**RECORDS SHOWN:**
- - - - -
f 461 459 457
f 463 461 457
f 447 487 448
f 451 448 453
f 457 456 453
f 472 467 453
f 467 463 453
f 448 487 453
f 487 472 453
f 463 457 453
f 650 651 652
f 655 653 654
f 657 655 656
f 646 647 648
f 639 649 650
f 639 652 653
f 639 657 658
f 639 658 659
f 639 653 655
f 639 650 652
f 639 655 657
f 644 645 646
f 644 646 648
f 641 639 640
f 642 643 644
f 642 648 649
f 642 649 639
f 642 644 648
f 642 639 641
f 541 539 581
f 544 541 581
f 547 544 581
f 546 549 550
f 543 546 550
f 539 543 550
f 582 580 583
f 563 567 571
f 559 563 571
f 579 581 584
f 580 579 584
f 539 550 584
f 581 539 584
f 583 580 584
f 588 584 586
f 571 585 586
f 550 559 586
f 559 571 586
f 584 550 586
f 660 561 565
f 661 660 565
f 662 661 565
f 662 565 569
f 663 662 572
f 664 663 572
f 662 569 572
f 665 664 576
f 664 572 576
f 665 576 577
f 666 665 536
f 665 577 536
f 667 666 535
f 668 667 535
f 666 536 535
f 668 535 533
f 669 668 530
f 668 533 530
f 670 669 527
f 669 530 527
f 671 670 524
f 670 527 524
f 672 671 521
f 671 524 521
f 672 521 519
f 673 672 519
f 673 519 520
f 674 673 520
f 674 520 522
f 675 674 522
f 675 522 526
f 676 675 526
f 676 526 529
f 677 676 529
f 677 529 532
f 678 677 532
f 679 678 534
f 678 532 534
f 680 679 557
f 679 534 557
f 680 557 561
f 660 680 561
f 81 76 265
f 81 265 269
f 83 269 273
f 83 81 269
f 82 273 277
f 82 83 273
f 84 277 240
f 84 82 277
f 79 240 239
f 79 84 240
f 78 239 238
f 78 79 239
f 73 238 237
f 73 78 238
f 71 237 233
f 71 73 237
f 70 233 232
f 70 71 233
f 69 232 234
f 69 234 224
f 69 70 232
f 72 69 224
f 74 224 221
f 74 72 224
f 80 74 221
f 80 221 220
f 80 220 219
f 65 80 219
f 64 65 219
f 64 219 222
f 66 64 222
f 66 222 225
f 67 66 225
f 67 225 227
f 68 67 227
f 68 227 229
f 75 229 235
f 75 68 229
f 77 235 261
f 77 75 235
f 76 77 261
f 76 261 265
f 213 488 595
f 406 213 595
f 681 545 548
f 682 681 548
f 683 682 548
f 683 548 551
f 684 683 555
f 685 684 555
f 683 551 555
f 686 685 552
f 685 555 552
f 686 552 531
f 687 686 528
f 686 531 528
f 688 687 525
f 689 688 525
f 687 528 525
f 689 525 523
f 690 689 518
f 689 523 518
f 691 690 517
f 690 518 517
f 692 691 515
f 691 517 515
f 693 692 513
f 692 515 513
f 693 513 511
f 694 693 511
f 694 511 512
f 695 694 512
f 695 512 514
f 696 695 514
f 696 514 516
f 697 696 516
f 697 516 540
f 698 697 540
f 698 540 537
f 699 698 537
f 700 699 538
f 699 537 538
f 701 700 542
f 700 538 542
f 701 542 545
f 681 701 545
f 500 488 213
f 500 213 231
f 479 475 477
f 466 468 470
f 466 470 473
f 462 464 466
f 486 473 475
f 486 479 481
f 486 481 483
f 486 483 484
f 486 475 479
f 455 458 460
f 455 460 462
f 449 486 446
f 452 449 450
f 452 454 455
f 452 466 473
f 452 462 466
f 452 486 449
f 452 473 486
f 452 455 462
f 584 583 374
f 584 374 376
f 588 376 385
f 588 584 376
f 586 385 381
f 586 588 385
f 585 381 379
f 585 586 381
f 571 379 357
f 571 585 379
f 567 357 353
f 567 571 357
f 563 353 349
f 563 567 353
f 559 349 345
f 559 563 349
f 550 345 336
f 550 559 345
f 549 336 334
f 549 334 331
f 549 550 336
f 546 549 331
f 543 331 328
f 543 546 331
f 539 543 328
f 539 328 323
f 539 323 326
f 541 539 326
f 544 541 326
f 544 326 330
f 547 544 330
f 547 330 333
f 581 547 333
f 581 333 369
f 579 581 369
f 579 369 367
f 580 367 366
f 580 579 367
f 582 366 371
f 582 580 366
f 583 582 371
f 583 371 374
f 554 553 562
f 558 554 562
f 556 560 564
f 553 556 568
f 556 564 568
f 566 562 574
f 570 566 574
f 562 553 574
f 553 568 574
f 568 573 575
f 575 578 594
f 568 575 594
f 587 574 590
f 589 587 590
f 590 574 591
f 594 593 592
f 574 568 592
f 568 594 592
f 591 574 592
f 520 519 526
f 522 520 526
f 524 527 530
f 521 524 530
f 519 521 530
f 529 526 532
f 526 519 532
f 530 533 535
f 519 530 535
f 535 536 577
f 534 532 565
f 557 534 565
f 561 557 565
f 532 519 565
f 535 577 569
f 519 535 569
- - - - -
**EXERCISE:** Extract every record. Keep wording exact.

**EXERCISE SOLUTION:**
f 461 459 457
f 463 461 457
f 447 487 448
f 451 448 453
f 457 456 453
f 472 467 453
f 467 463 453
f 448 487 453
f 487 472 453
f 463 457 453
f 650 651 652
f 655 653 654
f 657 655 656
f 646 647 648
f 639 649 650
f 639 652 653
f 639 657 658
f 639 658 659
f 639 653 655
f 639 650 652
f 639 655 657
f 644 645 646
f 644 646 648
f 641 639 640
f 642 643 644
f 642 648 649
f 642 649 639
f 642 644 648
f 642 639 641
f 541 539 581
f 544 541 581
f 547 544 581
f 546 549 550
f 543 546 550
f 539 543 550
f 582 580 583
f 563 567 571
f 559 563 571
f 579 581 584
f 580 579 584
f 539 550 584
f 581 539 584
f 583 580 584
f 588 584 586
f 571 585 586
f 550 559 586
f 559 571 586
f 584 550 586
f 660 561 565
f 661 660 565
f 662 661 565
f 662 565 569
f 663 662 572
f 664 663 572
f 662 569 572
f 665 664 576
f 664 572 576
f 665 576 577
f 666 665 536
f 665 577 536
f 667 666 535
f 668 667 535
f 666 536 535
f 668 535 533
f 669 668 530
f 668 533 530
f 670 669 527
f 669 530 527
f 671 670 524
f 670 527 524
f 672 671 521
f 671 524 521
f 672 521 519
f 673 672 519
f 673 519 520
f 674 673 520
f 674 520 522
f 675 674 522
f 675 522 526
f 676 675 526
f 676 526 529
f 677 676 529
f 677 529 532
f 678 677 532
f 679 678 534
f 678 532 534
f 680 679 557
f 679 534 557
f 680 557 561
f 660 680 561
f 81 76 265
f 81 265 269
f 83 269 273
f 83 81 269
f 82 273 277
f 82 83 273
f 84 277 240
f 84 82 277
f 79 240 239
f 79 84 240
f 78 239 238
f 78 79 239
f 73 238 237
f 73 78 238
f 71 237 233
f 71 73 237
f 70 233 232
f 70 71 233
f 69 232 234
f 69 234 224
f 69 70 232
f 72 69 224
f 74 224 221
f 74 72 224
f 80 74 221
f 80 221 220
f 80 220 219
f 65 80 219
f 64 65 219
f 64 219 222
f 66 64 222
f 66 222 225
f 67 66 225
f 67 225 227
f 68 67 227
f 68 227 229
f 75 229 235
f 75 68 229
f 77 235 261
f 77 75 235
f 76 77 261
f 76 261 265
f 213 488 595
f 406 213 595
f 681 545 548
f 682 681 548
f 683 682 548
f 683 548 551
f 684 683 555
f 685 684 555
f 683 551 555
f 686 685 552
f 685 555 552
f 686 552 531
f 687 686 528
f 686 531 528
f 688 687 525
f 689 688 525
f 687 528 525
f 689 525 523
f 690 689 518
f 689 523 518
f 691 690 517
f 690 518 517
f 692 691 515
f 691 517 515
f 693 692 513
f 692 515 513
f 693 513 511
f 694 693 511
f 694 511 512
f 695 694 512
f 695 512 514
f 696 695 514
f 696 514 516
f 697 696 516
f 697 516 540
f 698 697 540
f 698 540 537
f 699 698 537
f 700 699 538
f 699 537 538
f 701 700 542
f 700 538 542
f 701 542 545
f 681 701 545
f 500 488 213
f 500 213 231
f 479 475 477
f 466 468 470
f 466 470 473
f 462 464 466
f 486 473 475
f 486 479 481
f 486 481 483
f 486 483 484
f 486 475 479
f 455 458 460
f 455 460 462
f 449 486 446
f 452 449 450
f 452 454 455
f 452 466 473
f 452 462 466
f 452 486 449
f 452 473 486
f 452 455 462
f 584 583 374
f 584 374 376
f 588 376 385
f 588 584 376
f 586 385 381
f 586 588 385
f 585 381 379
f 585 586 381
f 571 379 357
f 571 585 379
f 567 357 353
f 567 571 357
f 563 353 349
f 563 567 353
f 559 349 345
f 559 563 349
f 550 345 336
f 550 559 345
f 549 336 334
f 549 334 331
f 549 550 336
f 546 549 331
f 543 331 328
f 543 546 331
f 539 543 328
f 539 328 323
f 539 323 326
f 541 539 326
f 544 541 326
f 544 326 330
f 547 544 330
f 547 330 333
f 581 547 333
f 581 333 369
f 579 581 369
f 579 369 367
f 580 367 366
f 580 579 367
f 582 366 371
f 582 580 366
f 583 582 371
f 583 371 374
f 554 553 562
f 558 554 562
f 556 560 564
f 553 556 568
f 556 564 568
f 566 562 574
f 570 566 574
f 562 553 574
f 553 568 574
f 568 573 575
f 575 578 594
f 568 575 594
f 587 574 590
f 589 587 590
f 590 574 591
f 594 593 592
f 574 568 592
f 568 594 592
f 591 574 592
f 520 519 526
f 522 520 526
f 524 527 530
f 521 524 530
f 519 521 530
f 529 526 532
f 526 519 532
f 530 533 535
f 519 530 535
f 535 536 577
f 534 532 565
f 557 534 565
f 561 557 565
f 532 519 565
f 535 577 569
f 519 535 569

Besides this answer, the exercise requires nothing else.